Amravati’s Allegiance Anarchy

Amravati

With barely 48 hours left before Maharashtra heads to the polls, the poll drama and chaos in the Assembly segments in Amravati district in western Vidarbha seems to be far from over.


The shifting of allegiances has never been more intense – or confusing – than in Amravati, traditionally a Congress stronghold. This segment will see a high-stakes contest on November 20 between Sulbha Khodke, the former Congress MLA now aligned with Ajit Pawar’s ruling Nationalist Congress Party (NCP), and two familiar rivals: Sunil Deshmukh of the Congress who is running as the MVA’s candidate, and Jagdish Gupta, a former BJP leader now contesting as an independent.


A month ago, the miffed Congress high command, aware of Khodke’s dalliance with the NCP, had expelled her for anti-party activities. In the last election, Khodke defeated Sunil Deshmukh (then BJP) by over 18,000 votes. Now with Khodke turning her coat, the Congress will be keen to wrest back this seat. With Deshmukh returning to Congress after a 15-yearyear hiatus and a renewed focus on caste-based mobilization, the contest promises to be a fiercely fought one.


The situation is complicated by the presence of Gupta, who is running as an independent after leaving the BJP. Gupta’s decision to contest as an independent adds an extra layer of uncertainty to the race, as he brings with him a significant political following from his time in the BJP. The division of anti-establishment votes could be decisive, with Gupta positioning himself as an alternative to both the BJP and Congress.
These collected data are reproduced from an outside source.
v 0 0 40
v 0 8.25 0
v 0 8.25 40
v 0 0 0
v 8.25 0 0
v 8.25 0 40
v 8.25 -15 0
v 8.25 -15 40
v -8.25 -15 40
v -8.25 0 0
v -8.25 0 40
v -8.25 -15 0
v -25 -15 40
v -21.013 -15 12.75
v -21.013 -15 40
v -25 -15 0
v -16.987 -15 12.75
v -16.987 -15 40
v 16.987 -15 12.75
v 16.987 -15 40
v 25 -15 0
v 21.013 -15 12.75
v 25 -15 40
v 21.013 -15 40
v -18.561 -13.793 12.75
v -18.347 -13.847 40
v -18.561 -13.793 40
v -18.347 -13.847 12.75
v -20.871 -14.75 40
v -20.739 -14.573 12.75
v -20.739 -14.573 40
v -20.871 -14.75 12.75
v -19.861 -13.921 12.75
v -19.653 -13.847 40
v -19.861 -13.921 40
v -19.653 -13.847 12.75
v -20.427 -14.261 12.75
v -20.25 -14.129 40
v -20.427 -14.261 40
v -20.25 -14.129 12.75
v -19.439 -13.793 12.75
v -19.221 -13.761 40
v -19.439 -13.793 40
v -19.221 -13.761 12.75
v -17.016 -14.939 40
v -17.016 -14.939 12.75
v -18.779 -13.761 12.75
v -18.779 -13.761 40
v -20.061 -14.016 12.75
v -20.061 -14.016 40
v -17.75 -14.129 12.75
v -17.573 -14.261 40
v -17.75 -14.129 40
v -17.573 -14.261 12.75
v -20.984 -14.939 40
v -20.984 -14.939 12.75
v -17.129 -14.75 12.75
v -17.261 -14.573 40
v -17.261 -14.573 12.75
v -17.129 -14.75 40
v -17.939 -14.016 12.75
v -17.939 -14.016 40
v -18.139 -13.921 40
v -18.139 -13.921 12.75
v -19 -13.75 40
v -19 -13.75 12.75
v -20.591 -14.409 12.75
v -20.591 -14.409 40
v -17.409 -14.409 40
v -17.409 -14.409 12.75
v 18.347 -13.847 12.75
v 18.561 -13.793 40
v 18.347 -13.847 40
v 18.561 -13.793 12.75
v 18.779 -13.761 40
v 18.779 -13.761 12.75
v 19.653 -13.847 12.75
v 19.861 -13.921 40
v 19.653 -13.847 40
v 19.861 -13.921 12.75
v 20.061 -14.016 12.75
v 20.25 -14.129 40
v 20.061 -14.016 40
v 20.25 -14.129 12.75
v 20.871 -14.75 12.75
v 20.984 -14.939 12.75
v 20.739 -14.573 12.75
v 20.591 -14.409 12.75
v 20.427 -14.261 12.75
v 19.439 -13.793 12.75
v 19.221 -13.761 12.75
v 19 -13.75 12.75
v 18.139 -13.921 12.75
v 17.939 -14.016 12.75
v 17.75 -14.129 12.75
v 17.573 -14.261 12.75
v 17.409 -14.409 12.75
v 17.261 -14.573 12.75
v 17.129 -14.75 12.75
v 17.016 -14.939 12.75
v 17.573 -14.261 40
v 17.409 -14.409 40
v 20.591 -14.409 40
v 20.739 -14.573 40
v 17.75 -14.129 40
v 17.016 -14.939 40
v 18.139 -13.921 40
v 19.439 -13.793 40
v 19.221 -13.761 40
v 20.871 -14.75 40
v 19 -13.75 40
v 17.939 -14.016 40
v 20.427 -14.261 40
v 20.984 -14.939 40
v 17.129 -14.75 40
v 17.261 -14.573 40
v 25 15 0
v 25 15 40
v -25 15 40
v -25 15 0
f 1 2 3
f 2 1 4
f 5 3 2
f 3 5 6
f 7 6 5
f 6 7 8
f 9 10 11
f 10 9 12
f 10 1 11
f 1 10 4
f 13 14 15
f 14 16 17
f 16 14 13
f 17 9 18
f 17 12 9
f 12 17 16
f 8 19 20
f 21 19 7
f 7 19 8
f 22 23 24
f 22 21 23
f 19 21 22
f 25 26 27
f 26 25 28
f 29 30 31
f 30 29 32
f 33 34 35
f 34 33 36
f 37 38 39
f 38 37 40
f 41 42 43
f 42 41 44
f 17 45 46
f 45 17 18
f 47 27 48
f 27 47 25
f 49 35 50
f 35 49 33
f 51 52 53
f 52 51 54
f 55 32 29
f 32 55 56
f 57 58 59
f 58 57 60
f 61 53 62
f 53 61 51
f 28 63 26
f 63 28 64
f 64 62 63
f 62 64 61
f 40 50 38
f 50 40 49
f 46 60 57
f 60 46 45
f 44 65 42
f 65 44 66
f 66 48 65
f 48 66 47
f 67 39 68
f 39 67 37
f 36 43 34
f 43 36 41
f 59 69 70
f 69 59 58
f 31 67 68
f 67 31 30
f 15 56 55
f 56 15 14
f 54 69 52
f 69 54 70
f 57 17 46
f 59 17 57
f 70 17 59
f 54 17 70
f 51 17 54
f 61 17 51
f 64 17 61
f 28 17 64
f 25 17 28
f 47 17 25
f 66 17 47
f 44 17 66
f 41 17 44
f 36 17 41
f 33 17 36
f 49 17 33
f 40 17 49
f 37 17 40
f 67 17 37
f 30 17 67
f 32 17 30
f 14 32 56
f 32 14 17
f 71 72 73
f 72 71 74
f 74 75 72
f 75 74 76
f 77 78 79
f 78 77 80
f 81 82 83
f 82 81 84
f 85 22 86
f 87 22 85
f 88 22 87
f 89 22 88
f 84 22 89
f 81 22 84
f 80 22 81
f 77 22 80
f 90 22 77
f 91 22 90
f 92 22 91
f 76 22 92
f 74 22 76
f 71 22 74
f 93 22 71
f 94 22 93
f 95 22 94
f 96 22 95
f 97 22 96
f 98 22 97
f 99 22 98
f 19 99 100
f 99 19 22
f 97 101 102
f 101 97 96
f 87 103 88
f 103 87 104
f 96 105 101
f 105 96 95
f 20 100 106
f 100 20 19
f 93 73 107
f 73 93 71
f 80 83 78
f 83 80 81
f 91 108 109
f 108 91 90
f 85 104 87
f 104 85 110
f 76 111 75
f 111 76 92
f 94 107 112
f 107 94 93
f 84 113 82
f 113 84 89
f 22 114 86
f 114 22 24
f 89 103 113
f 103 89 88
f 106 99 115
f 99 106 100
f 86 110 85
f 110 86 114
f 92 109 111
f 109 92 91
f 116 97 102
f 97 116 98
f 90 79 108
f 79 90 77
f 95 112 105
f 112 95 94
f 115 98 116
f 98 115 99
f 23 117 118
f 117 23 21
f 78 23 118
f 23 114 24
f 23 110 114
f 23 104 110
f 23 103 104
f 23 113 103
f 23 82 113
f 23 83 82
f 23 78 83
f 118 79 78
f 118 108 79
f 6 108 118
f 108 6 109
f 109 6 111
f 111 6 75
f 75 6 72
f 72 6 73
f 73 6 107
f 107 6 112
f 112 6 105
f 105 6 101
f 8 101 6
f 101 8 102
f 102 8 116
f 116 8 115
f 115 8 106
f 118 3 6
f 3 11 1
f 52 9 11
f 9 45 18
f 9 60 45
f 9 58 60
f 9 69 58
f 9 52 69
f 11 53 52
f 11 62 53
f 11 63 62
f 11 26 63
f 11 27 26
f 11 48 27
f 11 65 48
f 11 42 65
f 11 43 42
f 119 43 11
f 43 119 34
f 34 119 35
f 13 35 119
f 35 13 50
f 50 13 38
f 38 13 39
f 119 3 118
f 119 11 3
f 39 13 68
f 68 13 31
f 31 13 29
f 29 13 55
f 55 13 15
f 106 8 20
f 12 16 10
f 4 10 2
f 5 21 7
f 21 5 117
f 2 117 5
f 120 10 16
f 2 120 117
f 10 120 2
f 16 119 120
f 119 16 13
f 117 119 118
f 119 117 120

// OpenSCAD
// Wall-mounted 10 mL syringe holder
// Print orientation: block stands on the bed (z=0), back face (y=+15) against wall.
// Centred on origin in X and Y.

$fn = 64;

// ---- Block dimensions (measured with calipers) ----
block_w = 50;   // X width
block_d = 30;   // Y depth
block_h = 40;   // Z height

// ---- Barrel channel (16.5 mm wide vertical slot, full height) ----
barrel_w   = 16.5;
barrel_r   = barrel_w / 2;          // 8.25 mm half-circle radius
barrel_cx  = 0;                     // centre x of the half-circle
barrel_cy  = 0;                     // centre y of the half-circle (back end)
barrel_yf  = -block_d / 2;          // front face y = -15 (straight sides run to here)

// ---- Finger-flange slot (34 mm wide, 2.6 mm tall, z 30..32.6, from front to y=11) ----
flange_w   = 34;
flange_h   = 2.6;
flange_z0  = 30;
flange_yb  = 11;                    // back end of the slot

// ---- M4 wall-screw clearance holes (4.5 mm, through front-to-back) ----
screw_d    = 4.5;
screw_x    = 19;                    // holes at x = -19 and +19
screw_z    = 15;

// ---- Base solid: block standing on the bed, centred in X and Y ----
module base() { translate([-block_w/2, -block_d/2, 0])
      cube([block_w, block_d, block_h]); }

// ---- Barrel channel: half-circle (back) + straight sides (to front face) ----
// The half-circle is centred at (0,0) and opens toward the front (negative Y).
// The straight sides run from y=0 to y=-15, so the channel is a full-height slot.
module barrel_channel() { union() {
    // Half-circle (back end), centred at (0,0), opening toward -Y
    translate([barrel_cx, barrel_cy, -1])
        linear_extrude(height = block_h + 2)
            polygon([
                [ 0,  0],
                [ 0,  barrel_r],
                [ barrel_r,  0],
                [ 0, -barrel_r],
                [-barrel_r,  0],
                [ 0, -barrel_r]
            ]);
    // Straight sides from y=0 to y=-15 (front face), full height
    translate([-barrel_w/2, barrel_yf, -1])
        cube([barrel_w, -barrel_yf, block_h + 2]);
} }

// ---- Finger-flange slot: 34 mm wide, 2.6 mm tall, z 30..32.6, y -15..11 ----
module flange_slot() { translate([-flange_w/2, flange_yb, flange_z0])
             cube([flange_w, -block_d/2 - flange_yb, flange_h]); }

// ---- M4 screw clearance holes: 4.5 mm dia, through front-to-back (along Y) ----
module screw_holes() { for (sx = [-screw_x, screw_x])
    translate([sx, -block_d/2 - 1, screw_z - screw_d/2])
        cylinder(h = block_d + 2, r = screw_d/2, $fn = $fn); }

// ---- Final part ----
difference() {
    base();
    barrel_channel();
    flange_slot();
    screw_holes();
}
Congress’s strategy in Amravati is to lean on its traditional strength which is its deep network of loyalists and activists. The party’s candidates, including former women and child development minister Yashomati Thakur, have substantial local clout. Thakur’s dominance in the Teosa Assembly segment, her stronghold, makes her candidacy a prestige battle for the party (and the MVA).
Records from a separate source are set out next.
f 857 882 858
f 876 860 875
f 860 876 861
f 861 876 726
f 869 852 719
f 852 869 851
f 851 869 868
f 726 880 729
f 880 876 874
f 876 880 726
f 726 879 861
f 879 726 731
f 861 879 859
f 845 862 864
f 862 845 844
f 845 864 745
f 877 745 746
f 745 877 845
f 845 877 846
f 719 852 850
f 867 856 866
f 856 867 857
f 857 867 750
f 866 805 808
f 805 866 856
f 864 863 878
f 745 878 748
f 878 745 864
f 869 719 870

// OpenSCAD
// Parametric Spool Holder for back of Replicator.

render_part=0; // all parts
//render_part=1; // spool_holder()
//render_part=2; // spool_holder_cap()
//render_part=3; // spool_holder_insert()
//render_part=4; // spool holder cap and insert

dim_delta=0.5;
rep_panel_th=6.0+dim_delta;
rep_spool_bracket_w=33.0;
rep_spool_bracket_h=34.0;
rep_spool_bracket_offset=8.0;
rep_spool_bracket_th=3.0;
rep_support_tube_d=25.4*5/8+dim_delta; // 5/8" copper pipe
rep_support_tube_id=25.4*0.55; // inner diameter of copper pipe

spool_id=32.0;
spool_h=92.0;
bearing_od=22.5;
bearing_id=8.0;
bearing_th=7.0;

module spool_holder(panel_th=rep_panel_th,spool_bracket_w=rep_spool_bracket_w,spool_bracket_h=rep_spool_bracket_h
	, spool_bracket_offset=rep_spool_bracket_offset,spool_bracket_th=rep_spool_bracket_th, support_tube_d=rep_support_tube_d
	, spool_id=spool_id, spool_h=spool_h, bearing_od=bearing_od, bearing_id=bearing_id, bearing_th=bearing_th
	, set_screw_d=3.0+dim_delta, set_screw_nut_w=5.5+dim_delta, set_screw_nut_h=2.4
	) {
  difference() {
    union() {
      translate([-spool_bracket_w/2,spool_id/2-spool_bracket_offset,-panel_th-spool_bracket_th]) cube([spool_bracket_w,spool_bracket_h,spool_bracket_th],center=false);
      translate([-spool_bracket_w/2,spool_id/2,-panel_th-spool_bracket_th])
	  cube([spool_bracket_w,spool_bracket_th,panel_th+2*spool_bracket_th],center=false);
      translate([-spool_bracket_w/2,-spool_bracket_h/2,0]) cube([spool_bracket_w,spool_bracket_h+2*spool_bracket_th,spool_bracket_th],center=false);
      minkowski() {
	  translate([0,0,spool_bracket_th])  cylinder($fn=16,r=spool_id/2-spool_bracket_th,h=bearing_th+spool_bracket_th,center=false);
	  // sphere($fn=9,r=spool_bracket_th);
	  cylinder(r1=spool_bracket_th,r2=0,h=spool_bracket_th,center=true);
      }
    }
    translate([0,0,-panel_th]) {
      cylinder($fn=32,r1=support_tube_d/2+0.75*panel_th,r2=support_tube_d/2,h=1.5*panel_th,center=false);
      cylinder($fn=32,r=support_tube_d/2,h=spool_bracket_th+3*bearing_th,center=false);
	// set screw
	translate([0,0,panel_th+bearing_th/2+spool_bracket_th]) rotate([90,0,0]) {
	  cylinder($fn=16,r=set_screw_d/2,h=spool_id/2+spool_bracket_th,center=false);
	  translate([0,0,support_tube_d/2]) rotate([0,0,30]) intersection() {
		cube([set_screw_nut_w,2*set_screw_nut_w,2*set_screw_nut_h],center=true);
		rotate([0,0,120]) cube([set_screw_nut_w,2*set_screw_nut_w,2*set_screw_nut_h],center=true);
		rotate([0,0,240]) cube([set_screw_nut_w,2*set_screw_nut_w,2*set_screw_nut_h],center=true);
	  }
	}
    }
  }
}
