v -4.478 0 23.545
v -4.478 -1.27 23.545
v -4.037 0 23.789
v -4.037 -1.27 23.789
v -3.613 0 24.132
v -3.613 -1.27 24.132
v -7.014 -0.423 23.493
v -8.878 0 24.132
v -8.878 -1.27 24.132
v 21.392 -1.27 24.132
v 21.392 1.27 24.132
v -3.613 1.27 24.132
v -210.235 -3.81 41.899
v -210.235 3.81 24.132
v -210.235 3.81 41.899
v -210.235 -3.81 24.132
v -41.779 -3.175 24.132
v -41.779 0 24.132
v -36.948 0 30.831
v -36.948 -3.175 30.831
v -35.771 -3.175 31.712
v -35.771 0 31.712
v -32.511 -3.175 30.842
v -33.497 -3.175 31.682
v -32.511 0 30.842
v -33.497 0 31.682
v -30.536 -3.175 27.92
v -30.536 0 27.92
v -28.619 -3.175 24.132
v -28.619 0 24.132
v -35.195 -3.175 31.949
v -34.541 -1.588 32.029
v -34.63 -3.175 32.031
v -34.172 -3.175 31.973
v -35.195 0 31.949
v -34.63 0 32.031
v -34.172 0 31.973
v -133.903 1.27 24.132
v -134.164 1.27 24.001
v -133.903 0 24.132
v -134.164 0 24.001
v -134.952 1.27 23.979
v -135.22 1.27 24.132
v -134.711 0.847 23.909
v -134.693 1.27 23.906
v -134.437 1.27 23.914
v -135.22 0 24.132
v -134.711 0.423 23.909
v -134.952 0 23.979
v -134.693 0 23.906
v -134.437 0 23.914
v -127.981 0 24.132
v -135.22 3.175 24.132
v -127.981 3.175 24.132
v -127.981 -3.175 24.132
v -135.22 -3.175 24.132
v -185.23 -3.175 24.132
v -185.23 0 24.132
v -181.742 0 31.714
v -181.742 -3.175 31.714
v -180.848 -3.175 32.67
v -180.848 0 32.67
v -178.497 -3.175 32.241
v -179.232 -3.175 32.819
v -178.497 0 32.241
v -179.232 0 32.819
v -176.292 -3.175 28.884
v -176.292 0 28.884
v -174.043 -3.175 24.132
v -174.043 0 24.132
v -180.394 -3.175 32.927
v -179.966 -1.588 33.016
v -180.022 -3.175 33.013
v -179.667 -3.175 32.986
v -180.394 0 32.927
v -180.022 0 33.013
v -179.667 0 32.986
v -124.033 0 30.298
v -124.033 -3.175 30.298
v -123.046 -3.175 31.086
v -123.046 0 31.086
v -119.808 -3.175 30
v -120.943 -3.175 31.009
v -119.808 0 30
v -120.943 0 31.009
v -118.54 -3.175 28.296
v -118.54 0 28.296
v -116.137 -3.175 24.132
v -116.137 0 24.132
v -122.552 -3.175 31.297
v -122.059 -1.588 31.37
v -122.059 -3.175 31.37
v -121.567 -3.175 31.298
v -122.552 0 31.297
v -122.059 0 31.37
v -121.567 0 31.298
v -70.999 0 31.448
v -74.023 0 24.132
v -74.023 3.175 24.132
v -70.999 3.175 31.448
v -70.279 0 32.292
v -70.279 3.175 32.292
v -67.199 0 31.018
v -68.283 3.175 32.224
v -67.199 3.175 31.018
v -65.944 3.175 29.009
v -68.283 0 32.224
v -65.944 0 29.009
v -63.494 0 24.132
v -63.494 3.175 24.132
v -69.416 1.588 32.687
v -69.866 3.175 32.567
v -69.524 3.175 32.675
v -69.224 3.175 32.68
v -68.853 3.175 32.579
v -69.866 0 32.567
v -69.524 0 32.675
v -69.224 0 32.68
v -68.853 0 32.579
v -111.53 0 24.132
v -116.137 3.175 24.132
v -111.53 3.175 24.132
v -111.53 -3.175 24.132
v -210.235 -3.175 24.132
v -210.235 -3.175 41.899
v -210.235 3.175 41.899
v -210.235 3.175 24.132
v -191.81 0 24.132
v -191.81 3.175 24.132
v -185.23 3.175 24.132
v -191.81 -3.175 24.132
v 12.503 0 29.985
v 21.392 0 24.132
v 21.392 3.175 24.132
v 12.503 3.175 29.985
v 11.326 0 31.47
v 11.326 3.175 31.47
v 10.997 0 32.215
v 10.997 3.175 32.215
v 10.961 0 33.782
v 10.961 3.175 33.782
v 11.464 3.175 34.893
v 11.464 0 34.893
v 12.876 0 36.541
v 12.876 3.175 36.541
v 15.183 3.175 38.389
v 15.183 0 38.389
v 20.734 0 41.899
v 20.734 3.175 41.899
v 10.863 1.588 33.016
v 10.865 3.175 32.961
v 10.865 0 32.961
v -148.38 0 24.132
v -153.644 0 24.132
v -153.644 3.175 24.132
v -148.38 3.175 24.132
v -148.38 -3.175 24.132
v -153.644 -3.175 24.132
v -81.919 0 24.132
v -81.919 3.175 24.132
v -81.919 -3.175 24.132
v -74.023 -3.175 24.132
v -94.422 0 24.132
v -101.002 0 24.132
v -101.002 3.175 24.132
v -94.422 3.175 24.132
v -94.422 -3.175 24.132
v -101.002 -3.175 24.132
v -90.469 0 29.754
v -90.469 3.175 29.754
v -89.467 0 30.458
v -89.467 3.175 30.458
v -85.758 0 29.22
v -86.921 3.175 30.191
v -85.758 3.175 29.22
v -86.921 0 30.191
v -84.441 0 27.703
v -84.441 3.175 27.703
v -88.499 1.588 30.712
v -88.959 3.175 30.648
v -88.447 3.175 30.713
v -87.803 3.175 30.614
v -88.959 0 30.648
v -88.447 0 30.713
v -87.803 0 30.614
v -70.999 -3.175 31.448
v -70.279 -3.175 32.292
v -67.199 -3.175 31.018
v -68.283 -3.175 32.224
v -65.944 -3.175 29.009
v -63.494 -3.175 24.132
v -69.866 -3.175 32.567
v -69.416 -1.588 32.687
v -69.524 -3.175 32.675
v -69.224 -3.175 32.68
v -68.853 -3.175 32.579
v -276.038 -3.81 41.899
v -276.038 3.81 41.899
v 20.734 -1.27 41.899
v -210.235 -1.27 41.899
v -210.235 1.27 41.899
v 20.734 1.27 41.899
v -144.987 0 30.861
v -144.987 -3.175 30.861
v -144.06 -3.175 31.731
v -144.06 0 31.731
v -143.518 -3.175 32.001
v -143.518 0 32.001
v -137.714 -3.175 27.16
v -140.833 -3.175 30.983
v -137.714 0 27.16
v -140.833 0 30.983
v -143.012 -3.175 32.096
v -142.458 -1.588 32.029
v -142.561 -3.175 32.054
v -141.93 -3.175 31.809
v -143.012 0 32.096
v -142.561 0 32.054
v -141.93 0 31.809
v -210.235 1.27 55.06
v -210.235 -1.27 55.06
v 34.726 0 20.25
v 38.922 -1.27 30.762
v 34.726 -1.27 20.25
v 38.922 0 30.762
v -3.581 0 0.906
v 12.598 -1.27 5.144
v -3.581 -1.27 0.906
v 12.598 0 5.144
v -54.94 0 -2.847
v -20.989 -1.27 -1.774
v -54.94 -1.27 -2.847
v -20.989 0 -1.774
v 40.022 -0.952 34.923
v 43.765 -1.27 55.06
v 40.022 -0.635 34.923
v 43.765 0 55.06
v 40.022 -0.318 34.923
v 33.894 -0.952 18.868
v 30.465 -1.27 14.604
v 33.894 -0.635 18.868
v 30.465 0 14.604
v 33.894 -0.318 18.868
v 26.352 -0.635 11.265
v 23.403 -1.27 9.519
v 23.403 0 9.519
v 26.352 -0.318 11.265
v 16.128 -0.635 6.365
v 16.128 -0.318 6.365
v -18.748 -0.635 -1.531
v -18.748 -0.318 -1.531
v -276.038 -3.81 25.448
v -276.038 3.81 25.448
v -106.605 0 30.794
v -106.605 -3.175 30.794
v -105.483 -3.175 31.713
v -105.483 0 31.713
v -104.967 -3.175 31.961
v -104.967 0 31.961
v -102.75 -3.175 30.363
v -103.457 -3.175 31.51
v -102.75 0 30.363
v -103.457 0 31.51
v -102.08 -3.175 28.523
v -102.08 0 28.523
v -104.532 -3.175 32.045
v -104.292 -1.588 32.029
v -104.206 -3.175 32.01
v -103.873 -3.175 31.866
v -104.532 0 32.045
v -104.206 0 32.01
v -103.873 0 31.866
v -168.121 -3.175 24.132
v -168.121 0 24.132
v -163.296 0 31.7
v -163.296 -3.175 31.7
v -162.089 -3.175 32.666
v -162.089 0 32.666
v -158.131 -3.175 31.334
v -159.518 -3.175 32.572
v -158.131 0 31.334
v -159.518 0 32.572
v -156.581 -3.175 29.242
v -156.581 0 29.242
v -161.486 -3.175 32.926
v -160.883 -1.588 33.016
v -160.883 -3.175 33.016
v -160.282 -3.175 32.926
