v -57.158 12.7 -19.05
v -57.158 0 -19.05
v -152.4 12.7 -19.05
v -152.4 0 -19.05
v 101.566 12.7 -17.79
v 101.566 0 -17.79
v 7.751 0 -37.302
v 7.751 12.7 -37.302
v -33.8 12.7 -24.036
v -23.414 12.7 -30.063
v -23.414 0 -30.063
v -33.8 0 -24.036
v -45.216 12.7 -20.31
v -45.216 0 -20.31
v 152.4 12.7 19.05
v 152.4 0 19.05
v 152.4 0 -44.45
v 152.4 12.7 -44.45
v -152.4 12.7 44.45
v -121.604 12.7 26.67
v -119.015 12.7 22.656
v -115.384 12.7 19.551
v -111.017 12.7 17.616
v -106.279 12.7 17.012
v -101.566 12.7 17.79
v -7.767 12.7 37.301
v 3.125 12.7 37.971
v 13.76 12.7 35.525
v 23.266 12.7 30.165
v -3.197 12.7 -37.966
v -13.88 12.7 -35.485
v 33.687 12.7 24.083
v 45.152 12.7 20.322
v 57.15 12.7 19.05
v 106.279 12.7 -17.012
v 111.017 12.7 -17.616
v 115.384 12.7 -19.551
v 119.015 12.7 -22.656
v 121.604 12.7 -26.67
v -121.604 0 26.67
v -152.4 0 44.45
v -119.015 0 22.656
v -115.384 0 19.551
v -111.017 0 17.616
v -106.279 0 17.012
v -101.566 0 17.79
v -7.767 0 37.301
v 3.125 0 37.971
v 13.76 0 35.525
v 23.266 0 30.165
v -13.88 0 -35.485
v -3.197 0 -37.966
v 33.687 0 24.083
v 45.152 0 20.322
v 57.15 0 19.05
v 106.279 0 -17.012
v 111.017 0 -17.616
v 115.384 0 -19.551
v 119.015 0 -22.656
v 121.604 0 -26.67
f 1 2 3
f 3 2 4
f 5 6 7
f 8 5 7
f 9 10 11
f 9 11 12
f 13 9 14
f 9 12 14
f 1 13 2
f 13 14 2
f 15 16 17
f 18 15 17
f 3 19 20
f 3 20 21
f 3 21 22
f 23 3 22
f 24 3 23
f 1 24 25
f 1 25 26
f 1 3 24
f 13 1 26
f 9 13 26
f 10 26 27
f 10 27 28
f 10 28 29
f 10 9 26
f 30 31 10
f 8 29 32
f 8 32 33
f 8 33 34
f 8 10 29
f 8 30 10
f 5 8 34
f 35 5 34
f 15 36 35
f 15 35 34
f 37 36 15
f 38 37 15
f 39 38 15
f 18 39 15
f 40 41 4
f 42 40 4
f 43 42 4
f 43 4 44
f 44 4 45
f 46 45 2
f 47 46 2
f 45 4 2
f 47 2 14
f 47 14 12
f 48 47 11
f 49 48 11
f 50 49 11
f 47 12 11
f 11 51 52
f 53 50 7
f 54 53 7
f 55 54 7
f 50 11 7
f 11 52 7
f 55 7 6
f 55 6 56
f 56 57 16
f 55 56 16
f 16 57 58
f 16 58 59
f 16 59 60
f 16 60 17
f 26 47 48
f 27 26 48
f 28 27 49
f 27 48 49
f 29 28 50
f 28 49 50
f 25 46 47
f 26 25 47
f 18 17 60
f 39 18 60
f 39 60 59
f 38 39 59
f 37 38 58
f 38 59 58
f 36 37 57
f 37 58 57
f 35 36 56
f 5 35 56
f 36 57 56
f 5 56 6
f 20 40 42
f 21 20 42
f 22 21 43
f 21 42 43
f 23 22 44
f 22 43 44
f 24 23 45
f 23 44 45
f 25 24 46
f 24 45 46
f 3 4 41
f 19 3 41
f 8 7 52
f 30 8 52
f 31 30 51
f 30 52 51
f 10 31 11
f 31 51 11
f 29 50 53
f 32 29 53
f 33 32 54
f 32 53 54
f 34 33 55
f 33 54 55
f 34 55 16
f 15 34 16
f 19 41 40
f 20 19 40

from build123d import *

# Parameters (mm, degrees)
SKETCH1_R           = 38.1
BOSS_EXTRUDE1_DEPTH = 12.7


with BuildPart() as part:
    # Sketch1 → Boss-Extrude1 (new body)
    with BuildSketch(Plane(origin=(0, 0, 0), x_dir=(1, 0, 0), z_dir=(0, 1, 0))):
        with BuildLine():
            Line((-57.15762, 19.05), (-152.4, 19.05))
            Line((-152.4, 19.05), (-152.4, -44.45))
            Line((-152.4, -44.45), (-121.604136641, -26.67))
            ThreePointArc((-121.604136641, -26.67), (-113.271041312, -18.424847404), (-101.565513762, -17.789517681))
            Line((-101.565513762, -17.789517681), (-7.767081629, -37.301484625))
            ThreePointArc((-7.767081629, -37.301484625), (-37.11967814, -8.620042959), (-23.413788565, 30.062622525))
            ThreePointArc((-23.413788565, 30.062622525), (-39.409915819, 21.872803477), (-57.15762, 19.05))
        make_face()
        with Locations((-0.00762, 0)):
            Circle(SKETCH1_R)
        with BuildLine():
            Line((152.4, -19.05), (152.4, 44.45))
            Line((152.4, 44.45), (121.604136641, 26.67))
            ThreePointArc((121.604136641, 26.67), (113.271041375, 18.424847303), (101.565513804, 17.789517483))
            Line((101.565513804, 17.789517483), (7.750633458, 37.301735929))
            ThreePointArc((7.750633458, 37.301735929), (29.549100528, 24.041844181), (38.09238, 0))
            ThreePointArc((38.09238, 0), (34.18553193, -16.805902567), (23.266219313, -30.165185291))
            ThreePointArc((23.266219313, -30.165185291), (39.319843399, -21.899781819), (57.15, -19.05))
            Line((57.15, -19.05), (152.4, -19.05))
        make_face()
    extrude(amount=BOSS_EXTRUDE1_DEPTH)


solid = part.part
She has won the seat in successive elections since 2009, fending off challenges even during the Modi wave of 2014. Yet, in the current climate, her position is far from secure. BJP’s candidate Rajesh Wankhade, a former Shiv Sena man, is an experienced challenger, and his move to the BJP has strengthened his position. Congress will need to overcome internal divisions and ensure voter turnout to hold on to this vital seat.


Amravati’s political contest is, at its core, a battle over caste and community dynamics. The constituency is largely rural, with significant representation from the Kunbi, Mali, and Muslim communities. These voters, combined with the Dhangar and Teli communities, represent a broad cross-section of the electorate, and their voting behavior will be crucial in determining the outcome.


For Congress, the key to victory in Amravati and other segments will be its ability to woo the Kunbi and Muslim voters. The BJP’s success will depend not just on its ability to retain urban support but also on its appeal to rural voters, particularly those from the Teli and Dhangar communities.


No campaign in Amravati is complete without a touch of drama on part of the Rana family. This was supplied in due part by BJP leader and former MP Navneet Rana, whose campaign event for Yuva Swabhiman Party candidate for the Daryapur seat, Ramesh Bundile, was marred by violence.


Chairs were thrown at Rana after she finished speaking, promoting her to file a police complaint alleging that individuals from a particular community had disrupted the rally. The episode was symptomatic of the heightened emotions surrounding contests in Amravati, where the stakes are high, and the political climate is boiling despite the winter season.